■ Exercise goal ■
Copy, from the entries below, each line in which the string "amount" appears.

■ Record excerpts ■
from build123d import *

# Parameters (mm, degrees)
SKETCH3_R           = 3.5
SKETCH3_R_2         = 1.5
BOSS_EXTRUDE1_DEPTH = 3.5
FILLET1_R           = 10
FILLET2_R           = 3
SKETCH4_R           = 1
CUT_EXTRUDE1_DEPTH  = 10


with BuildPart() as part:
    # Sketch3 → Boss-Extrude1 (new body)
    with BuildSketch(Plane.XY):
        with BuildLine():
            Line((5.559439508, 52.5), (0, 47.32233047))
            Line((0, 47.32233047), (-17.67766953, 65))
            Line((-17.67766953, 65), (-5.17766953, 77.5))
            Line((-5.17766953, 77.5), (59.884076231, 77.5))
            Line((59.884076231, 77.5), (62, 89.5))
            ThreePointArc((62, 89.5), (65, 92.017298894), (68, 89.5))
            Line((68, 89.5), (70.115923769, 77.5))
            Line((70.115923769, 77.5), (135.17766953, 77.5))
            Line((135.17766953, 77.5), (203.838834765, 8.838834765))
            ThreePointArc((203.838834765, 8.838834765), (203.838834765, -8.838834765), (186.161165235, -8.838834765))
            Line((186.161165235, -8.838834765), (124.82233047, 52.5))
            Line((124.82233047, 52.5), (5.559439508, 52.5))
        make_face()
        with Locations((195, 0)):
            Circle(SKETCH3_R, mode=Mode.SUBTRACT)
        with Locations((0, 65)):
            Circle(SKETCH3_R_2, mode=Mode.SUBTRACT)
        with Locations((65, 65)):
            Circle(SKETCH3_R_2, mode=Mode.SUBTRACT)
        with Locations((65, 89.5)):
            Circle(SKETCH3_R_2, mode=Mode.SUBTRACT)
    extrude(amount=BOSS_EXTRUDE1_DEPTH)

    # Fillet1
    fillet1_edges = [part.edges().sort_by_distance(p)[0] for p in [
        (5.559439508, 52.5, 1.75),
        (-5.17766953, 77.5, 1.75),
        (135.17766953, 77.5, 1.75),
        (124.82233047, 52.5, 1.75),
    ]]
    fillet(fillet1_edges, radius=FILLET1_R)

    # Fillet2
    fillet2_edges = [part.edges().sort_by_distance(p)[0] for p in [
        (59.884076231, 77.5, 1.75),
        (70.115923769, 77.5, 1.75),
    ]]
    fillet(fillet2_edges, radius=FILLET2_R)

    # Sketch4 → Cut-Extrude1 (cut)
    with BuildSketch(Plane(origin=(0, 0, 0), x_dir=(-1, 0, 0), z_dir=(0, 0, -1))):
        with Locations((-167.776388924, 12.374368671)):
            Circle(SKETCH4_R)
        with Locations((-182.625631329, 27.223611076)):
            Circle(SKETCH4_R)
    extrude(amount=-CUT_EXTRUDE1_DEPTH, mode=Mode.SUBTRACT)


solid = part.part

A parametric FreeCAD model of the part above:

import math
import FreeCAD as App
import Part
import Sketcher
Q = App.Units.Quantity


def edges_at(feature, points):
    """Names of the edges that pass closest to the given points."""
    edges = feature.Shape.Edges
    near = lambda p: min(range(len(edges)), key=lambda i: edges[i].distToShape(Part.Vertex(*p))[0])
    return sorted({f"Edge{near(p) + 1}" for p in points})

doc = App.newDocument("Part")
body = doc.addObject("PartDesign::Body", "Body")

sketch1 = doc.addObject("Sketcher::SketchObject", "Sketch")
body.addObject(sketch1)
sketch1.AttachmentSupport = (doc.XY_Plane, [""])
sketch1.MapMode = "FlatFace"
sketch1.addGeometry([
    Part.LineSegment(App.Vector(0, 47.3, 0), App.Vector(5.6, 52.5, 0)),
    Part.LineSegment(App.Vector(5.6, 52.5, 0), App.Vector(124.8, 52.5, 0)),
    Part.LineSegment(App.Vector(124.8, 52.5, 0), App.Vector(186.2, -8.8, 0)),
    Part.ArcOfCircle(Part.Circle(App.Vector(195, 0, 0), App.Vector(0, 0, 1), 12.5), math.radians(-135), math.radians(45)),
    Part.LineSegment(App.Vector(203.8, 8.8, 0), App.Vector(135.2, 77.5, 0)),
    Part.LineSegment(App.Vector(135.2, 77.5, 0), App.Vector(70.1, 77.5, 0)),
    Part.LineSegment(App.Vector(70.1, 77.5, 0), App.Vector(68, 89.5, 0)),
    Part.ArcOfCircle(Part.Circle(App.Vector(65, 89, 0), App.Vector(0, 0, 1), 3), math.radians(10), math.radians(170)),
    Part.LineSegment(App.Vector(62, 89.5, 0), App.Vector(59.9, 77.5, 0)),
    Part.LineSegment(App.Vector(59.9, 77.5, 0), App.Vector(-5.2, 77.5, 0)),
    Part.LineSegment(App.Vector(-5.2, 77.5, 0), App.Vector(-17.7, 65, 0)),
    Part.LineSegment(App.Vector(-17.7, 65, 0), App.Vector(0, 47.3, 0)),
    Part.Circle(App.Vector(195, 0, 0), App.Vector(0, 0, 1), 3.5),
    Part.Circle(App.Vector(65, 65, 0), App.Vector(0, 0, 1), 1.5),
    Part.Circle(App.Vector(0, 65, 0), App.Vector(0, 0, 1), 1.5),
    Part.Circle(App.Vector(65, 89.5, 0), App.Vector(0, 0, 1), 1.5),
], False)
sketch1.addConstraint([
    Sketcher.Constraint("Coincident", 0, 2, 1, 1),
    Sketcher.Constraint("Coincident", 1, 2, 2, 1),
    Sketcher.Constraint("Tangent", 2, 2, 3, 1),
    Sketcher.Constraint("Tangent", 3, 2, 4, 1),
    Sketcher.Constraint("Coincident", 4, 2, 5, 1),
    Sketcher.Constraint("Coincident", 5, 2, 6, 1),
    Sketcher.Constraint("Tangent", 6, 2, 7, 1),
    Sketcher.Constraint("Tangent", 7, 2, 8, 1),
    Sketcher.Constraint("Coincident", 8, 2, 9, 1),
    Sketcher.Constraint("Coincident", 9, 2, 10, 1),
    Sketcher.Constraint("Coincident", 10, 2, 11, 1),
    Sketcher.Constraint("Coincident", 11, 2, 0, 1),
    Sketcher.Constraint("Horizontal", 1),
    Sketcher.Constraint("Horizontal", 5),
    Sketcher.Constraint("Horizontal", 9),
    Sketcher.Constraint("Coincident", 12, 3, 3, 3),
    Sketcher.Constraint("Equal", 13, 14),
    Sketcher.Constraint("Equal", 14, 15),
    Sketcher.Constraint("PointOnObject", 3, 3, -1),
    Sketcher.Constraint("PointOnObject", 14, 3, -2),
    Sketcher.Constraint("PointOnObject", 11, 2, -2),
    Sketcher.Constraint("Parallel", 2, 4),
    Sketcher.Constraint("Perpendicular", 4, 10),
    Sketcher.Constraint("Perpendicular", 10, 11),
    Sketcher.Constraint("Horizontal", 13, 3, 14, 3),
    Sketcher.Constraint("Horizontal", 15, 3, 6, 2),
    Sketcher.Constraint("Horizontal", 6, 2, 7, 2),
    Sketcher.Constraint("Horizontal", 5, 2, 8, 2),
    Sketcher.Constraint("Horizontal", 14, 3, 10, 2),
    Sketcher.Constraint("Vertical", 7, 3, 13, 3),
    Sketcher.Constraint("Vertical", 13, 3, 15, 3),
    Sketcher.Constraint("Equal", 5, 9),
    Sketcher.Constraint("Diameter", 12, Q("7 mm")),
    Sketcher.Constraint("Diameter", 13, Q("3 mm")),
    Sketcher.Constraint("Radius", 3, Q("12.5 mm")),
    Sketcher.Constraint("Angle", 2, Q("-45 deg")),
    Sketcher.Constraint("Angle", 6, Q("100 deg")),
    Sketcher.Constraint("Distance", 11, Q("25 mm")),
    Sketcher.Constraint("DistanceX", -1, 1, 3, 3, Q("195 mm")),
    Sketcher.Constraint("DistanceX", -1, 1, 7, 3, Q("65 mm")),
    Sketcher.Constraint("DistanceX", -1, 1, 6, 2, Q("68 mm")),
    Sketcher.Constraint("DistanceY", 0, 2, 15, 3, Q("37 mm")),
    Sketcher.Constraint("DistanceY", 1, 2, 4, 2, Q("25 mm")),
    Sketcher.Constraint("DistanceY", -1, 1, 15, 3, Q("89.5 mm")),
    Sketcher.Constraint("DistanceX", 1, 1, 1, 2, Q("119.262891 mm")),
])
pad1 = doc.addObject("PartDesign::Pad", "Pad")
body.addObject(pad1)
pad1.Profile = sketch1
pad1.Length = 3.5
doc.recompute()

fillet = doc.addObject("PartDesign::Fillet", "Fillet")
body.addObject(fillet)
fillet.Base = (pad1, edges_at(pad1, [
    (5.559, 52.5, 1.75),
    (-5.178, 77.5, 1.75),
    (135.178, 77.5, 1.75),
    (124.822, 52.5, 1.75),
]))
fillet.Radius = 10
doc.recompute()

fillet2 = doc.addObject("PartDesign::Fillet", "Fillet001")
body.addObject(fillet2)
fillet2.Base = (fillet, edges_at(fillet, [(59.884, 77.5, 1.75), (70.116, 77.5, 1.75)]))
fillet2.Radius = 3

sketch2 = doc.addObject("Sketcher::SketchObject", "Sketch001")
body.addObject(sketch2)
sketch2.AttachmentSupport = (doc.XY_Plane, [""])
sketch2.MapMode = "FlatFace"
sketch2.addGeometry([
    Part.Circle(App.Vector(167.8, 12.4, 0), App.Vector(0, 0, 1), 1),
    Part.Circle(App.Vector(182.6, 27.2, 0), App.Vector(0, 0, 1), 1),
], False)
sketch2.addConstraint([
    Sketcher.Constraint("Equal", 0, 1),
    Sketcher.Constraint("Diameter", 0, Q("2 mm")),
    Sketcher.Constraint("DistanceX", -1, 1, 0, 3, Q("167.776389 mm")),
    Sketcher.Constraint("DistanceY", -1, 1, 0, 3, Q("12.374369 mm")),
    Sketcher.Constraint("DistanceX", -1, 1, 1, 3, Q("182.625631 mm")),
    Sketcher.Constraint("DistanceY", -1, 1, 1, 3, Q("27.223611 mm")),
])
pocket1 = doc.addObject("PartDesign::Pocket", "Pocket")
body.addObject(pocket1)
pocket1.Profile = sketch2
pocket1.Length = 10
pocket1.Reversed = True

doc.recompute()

■ Answer box ■
    extrude(amount=BOSS_EXTRUDE1_DEPTH)
    extrude(amount=-CUT_EXTRUDE1_DEPTH, mode=Mode.SUBTRACT)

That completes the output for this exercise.